Goal of the exercise:
Would you please transcribe the records below from the line with "f 138 132 120" through their final line, exactly and with no other lines?

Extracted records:
- - -

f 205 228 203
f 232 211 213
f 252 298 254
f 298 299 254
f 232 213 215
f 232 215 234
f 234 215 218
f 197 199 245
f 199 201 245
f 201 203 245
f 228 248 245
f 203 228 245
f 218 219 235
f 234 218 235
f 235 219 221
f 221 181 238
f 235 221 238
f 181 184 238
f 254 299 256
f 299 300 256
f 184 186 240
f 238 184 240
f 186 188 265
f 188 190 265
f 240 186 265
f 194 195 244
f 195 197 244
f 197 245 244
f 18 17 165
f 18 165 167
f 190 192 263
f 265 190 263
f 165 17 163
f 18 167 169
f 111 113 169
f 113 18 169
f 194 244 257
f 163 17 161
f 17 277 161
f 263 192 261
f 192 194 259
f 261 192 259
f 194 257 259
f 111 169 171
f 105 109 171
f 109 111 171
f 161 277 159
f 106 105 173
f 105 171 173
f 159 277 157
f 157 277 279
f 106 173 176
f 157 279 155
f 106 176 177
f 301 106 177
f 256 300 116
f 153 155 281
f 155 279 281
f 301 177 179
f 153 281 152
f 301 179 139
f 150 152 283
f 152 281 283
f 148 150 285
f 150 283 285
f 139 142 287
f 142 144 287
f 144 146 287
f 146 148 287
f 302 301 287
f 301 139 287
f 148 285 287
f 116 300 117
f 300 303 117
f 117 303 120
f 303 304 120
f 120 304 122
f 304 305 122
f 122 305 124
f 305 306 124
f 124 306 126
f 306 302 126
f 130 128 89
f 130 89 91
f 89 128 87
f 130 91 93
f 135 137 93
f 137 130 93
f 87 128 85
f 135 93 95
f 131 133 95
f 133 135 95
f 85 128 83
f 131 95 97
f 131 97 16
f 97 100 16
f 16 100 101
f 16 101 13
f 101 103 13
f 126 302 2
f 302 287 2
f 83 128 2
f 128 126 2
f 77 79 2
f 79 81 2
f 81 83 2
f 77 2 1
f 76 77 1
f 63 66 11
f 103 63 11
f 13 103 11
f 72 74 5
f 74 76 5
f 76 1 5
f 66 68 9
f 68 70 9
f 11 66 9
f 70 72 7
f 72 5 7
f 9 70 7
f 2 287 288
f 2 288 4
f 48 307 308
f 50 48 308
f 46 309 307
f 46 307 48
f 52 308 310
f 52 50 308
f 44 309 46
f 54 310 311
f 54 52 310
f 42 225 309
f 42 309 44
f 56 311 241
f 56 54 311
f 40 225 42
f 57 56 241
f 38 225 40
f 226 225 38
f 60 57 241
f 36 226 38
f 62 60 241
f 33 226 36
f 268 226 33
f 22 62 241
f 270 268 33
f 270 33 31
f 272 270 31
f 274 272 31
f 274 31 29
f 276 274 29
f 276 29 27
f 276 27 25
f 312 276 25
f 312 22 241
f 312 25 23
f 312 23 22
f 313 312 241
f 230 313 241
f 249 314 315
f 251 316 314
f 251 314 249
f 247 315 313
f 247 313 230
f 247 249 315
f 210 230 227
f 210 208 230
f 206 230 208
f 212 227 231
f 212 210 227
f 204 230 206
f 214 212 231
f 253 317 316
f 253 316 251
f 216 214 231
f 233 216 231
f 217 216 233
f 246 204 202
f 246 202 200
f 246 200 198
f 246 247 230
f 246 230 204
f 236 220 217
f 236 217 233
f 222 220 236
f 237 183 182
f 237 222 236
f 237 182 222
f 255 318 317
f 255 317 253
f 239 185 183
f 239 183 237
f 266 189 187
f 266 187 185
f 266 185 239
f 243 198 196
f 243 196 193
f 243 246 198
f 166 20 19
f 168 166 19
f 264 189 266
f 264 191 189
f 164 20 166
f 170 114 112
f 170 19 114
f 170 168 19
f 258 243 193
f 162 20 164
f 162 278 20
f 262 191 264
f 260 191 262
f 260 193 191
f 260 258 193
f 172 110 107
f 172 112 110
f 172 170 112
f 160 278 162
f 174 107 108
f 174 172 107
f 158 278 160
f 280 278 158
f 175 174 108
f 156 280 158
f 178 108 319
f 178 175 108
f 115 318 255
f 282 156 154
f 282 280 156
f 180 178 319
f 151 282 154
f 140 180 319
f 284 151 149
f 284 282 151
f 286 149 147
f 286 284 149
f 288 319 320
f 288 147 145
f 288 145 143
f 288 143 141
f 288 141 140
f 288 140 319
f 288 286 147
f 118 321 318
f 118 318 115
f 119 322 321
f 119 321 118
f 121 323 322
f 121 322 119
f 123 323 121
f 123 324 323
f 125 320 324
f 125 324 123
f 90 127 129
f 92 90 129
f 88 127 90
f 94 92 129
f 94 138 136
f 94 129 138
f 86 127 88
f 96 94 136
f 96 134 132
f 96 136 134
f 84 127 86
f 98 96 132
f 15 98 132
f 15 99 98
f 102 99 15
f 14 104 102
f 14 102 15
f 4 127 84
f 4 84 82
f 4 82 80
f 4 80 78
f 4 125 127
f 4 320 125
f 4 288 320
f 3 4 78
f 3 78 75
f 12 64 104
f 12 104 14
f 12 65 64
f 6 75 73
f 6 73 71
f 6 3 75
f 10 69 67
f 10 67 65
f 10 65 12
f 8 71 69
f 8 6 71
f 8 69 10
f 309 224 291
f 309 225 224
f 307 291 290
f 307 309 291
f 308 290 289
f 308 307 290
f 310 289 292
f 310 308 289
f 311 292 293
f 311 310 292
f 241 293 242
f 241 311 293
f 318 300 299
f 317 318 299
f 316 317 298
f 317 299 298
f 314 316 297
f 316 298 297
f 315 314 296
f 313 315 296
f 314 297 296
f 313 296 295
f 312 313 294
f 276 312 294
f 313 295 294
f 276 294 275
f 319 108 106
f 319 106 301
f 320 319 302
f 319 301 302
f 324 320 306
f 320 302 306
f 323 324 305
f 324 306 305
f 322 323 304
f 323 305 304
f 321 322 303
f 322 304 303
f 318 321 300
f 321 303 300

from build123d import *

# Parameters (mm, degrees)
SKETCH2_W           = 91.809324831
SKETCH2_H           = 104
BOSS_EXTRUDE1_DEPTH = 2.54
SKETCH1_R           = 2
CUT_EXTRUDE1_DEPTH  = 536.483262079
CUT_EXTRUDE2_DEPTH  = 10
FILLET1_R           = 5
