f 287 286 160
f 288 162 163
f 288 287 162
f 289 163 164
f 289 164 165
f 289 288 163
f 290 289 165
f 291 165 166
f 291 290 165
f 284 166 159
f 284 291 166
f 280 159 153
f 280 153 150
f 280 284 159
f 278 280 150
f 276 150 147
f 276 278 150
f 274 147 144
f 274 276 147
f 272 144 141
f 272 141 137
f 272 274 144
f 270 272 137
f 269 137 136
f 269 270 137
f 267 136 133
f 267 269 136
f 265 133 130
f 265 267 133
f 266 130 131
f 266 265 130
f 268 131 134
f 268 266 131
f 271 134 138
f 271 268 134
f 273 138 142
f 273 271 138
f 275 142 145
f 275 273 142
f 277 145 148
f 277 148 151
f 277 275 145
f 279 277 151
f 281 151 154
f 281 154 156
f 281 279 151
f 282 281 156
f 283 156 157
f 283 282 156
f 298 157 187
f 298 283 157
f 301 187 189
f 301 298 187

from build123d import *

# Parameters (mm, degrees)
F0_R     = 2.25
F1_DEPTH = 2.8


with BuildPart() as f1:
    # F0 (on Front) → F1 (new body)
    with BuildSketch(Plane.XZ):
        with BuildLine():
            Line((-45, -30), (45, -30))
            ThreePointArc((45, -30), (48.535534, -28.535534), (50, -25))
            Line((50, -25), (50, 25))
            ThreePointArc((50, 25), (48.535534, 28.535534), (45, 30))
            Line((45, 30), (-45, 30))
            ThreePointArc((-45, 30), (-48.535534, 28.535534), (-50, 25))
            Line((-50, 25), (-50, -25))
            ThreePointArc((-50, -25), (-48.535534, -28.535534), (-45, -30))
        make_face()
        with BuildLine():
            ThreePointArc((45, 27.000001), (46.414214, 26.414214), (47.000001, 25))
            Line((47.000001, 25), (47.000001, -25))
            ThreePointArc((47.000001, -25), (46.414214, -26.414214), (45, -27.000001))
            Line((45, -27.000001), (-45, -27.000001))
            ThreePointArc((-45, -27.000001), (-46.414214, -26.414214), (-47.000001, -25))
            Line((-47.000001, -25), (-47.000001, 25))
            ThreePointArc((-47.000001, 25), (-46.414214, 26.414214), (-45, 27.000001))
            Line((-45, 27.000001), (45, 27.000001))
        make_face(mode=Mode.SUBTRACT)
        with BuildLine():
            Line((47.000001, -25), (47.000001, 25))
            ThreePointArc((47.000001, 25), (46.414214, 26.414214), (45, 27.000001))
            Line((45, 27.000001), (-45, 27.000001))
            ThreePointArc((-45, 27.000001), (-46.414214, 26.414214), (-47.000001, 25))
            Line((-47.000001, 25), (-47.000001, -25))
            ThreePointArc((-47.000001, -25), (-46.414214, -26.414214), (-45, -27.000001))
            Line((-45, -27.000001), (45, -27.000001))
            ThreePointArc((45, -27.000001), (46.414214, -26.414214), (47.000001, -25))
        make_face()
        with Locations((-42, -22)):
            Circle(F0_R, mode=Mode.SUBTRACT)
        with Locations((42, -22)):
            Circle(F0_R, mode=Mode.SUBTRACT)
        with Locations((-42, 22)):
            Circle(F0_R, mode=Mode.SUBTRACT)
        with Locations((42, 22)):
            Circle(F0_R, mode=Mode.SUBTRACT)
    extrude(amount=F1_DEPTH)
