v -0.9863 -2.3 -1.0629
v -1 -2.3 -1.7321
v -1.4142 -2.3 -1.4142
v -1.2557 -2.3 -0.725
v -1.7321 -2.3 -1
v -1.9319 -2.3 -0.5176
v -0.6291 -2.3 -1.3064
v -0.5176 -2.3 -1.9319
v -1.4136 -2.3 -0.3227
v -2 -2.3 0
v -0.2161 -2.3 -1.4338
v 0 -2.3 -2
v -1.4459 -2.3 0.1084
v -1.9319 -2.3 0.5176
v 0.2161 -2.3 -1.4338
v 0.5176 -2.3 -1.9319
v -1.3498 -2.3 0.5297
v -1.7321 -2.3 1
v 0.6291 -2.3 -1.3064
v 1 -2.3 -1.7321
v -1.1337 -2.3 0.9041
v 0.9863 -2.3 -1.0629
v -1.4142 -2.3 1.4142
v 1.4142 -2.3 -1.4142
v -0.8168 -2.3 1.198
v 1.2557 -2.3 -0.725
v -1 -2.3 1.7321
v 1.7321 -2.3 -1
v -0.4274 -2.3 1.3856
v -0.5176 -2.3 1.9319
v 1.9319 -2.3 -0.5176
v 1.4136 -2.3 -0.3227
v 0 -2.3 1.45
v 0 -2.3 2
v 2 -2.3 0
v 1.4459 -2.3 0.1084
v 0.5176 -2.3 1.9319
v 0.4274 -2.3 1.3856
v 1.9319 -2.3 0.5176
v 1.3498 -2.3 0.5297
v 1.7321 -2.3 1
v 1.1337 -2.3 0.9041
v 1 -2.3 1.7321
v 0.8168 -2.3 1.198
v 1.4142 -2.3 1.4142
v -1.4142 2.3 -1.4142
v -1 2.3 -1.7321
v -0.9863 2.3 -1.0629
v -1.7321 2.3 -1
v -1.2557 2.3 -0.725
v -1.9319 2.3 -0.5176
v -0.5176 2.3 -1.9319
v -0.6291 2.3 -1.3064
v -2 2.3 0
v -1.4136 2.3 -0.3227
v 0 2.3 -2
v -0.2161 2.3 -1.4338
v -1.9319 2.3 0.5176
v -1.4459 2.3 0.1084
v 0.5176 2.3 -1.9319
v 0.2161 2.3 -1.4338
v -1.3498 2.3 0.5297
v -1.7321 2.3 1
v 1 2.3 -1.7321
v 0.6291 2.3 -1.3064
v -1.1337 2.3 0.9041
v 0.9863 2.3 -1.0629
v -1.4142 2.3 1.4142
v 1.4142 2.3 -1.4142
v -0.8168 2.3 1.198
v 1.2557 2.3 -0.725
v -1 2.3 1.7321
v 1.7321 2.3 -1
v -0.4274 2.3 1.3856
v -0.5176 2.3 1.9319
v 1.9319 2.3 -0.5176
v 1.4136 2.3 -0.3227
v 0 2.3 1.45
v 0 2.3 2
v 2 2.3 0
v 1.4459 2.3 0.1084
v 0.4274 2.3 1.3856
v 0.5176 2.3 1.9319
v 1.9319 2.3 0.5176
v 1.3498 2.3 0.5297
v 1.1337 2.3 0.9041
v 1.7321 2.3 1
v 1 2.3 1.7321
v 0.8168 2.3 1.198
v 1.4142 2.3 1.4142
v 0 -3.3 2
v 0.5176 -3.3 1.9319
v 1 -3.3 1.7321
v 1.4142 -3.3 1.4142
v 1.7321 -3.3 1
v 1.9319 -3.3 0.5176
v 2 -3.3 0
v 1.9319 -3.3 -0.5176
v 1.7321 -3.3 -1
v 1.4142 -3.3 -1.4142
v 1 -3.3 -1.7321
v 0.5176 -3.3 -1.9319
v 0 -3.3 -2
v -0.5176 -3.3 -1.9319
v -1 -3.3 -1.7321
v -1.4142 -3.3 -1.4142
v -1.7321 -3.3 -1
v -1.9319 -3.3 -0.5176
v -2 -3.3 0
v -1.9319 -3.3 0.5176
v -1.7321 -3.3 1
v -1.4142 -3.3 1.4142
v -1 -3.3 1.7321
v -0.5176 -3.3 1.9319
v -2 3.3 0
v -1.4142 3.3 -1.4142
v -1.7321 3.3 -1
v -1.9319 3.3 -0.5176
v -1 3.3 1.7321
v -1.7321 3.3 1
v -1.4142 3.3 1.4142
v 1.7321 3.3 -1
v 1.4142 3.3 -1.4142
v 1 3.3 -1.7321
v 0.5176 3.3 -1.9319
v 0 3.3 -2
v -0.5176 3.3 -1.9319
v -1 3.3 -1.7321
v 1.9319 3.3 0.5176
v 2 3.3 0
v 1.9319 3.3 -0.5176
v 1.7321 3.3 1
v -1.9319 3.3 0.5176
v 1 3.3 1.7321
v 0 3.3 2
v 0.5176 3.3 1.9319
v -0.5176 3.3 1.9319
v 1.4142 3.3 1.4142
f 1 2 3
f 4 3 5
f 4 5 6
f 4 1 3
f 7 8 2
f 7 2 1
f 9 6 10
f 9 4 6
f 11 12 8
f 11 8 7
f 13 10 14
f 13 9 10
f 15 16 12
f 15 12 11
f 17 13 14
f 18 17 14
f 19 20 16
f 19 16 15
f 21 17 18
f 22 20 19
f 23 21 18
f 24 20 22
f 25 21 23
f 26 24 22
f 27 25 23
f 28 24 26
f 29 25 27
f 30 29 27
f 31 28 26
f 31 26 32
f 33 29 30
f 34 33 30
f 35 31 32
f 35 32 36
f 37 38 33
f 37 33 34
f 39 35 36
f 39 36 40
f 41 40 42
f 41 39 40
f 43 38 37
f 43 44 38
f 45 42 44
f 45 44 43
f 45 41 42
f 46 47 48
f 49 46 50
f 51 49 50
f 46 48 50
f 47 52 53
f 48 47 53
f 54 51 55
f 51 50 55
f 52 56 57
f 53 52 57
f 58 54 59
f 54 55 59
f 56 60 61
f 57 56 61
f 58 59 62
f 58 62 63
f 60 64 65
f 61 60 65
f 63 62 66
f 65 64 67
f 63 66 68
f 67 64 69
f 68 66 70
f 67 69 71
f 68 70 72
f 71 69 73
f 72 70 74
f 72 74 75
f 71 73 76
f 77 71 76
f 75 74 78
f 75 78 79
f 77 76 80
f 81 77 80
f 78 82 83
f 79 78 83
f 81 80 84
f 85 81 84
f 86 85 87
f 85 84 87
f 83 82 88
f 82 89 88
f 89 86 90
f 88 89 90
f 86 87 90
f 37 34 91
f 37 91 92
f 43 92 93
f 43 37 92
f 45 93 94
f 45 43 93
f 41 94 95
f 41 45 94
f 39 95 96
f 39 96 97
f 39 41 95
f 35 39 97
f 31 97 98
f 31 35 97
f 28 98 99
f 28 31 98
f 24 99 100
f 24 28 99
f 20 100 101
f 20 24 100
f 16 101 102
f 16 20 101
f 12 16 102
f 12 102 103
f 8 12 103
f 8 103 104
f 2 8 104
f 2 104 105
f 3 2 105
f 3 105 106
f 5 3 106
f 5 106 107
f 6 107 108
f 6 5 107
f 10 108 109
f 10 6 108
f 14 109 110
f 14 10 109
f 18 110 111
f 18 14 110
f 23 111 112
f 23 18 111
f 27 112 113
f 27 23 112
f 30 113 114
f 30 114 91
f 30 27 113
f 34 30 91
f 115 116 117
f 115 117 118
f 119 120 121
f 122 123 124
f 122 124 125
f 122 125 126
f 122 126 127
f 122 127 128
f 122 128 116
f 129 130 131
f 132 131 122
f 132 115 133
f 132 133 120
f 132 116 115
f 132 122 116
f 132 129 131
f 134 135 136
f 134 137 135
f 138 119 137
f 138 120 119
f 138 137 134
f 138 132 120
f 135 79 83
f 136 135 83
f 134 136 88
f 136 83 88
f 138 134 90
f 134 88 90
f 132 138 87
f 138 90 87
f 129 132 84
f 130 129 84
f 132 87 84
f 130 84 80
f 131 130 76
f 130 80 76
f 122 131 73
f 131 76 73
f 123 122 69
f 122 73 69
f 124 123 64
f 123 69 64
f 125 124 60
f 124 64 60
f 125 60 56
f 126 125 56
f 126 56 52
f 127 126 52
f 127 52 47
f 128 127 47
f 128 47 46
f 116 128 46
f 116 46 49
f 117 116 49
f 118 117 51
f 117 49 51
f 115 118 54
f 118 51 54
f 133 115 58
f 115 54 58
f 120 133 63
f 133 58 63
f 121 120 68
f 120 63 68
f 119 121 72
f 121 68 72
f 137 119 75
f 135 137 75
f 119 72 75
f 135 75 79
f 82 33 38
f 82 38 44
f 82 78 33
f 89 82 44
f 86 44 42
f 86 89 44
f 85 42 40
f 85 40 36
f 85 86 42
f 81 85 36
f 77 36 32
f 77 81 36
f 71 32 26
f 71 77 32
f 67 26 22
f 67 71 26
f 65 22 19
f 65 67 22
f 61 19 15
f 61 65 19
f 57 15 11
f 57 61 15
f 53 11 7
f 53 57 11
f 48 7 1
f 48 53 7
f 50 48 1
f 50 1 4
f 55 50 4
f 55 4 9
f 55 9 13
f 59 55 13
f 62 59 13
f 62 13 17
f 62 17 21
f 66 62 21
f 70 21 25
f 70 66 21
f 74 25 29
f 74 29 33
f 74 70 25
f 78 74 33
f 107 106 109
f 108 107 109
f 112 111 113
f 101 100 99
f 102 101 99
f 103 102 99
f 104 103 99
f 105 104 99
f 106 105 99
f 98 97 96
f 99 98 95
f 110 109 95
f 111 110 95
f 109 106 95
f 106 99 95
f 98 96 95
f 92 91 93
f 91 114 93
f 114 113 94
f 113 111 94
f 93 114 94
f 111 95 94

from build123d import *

# Parameters (mm, degrees)
SKETCH1_R      = 1.45
MID_BODY_DEPTH = 2.3
SKETCH2_R      = 2
TOP_HEAD_DEPTH = 1


with BuildPart() as part:
    # Sketch1 → MID BODY (new, symmetric)
    with BuildSketch(Plane(origin=(0, 0, 0), x_dir=(1, 0, 0), z_dir=(0, 1, 0))):
        with Locations(Location((0, 0, 0), (0, 0, 270))):
            Circle(SKETCH1_R)
    extrude(amount=MID_BODY_DEPTH, both=True)

    # Sketch2 → TOP HEAD (add)
    with BuildSketch(Plane(origin=(0, 2.3, 0), x_dir=(1, 0, 0), z_dir=(0, 1, 0))):
        with Locations(Location((0, 0, 0), (0, 0, 270))):
            Circle(SKETCH2_R)
    top_head = extrude(amount=TOP_HEAD_DEPTH)

    # BOTTOM HEAD: TOP HEAD across plane
    add(top_head.mirror(Plane.ZX))


solid = part.part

- - -

Task solution:
f 138 132 120
f 135 79 83
f 136 135 83
f 134 136 88
f 136 83 88
f 138 134 90
f 134 88 90
f 132 138 87
f 138 90 87
f 129 132 84
f 130 129 84
f 132 87 84
f 130 84 80
f 131 130 76
f 130 80 76
f 122 131 73
f 131 76 73
f 123 122 69
f 122 73 69
f 124 123 64
f 123 69 64
f 125 124 60
f 124 64 60
f 125 60 56
f 126 125 56
f 126 56 52
f 127 126 52
f 127 52 47
f 128 127 47
f 128 47 46
f 116 128 46
f 116 46 49
f 117 116 49
f 118 117 51
f 117 49 51
f 115 118 54
f 118 51 54
f 133 115 58
f 115 54 58
f 120 133 63
f 133 58 63
f 121 120 68
f 120 63 68
f 119 121 72
f 121 68 72
f 137 119 75
f 135 137 75
f 119 72 75
f 135 75 79
f 82 33 38
f 82 38 44
f 82 78 33
f 89 82 44
f 86 44 42
f 86 89 44
f 85 42 40
f 85 40 36
f 85 86 42
f 81 85 36
f 77 36 32
f 77 81 36
f 71 32 26
f 71 77 32
f 67 26 22
f 67 71 26
f 65 22 19
f 65 67 22
f 61 19 15
f 61 65 19
f 57 15 11
f 57 61 15
f 53 11 7
f 53 57 11
f 48 7 1
f 48 53 7
f 50 48 1
f 50 1 4
f 55 50 4
f 55 4 9
f 55 9 13
f 59 55 13
f 62 59 13
f 62 13 17
f 62 17 21
f 66 62 21
f 70 21 25
f 70 66 21
f 74 25 29
f 74 29 33
f 74 70 25
f 78 74 33
f 107 106 109
f 108 107 109
f 112 111 113
f 101 100 99
f 102 101 99
f 103 102 99
f 104 103 99
f 105 104 99
f 106 105 99
f 98 97 96
f 99 98 95
f 110 109 95
f 111 110 95
f 109 106 95
f 106 99 95
f 98 96 95
f 92 91 93
f 91 114 93
f 114 113 94
f 113 111 94
f 93 114 94
f 111 95 94

from build123d import *

# Parameters (mm, degrees)
SKETCH1_R      = 1.45
MID_BODY_DEPTH = 2.3
SKETCH2_R      = 2
TOP_HEAD_DEPTH = 1


with BuildPart() as part:
    # Sketch1 → MID BODY (new, symmetric)
    with BuildSketch(Plane(origin=(0, 0, 0), x_dir=(1, 0, 0), z_dir=(0, 1, 0))):
        with Locations(Location((0, 0, 0), (0, 0, 270))):
            Circle(SKETCH1_R)
    extrude(amount=MID_BODY_DEPTH, both=True)

    # Sketch2 → TOP HEAD (add)
    with BuildSketch(Plane(origin=(0, 2.3, 0), x_dir=(1, 0, 0), z_dir=(0, 1, 0))):
        with Locations(Location((0, 0, 0), (0, 0, 270))):
            Circle(SKETCH2_R)
    top_head = extrude(amount=TOP_HEAD_DEPTH)

    # BOTTOM HEAD: TOP HEAD across plane
    add(top_head.mirror(Plane.ZX))


solid = part.part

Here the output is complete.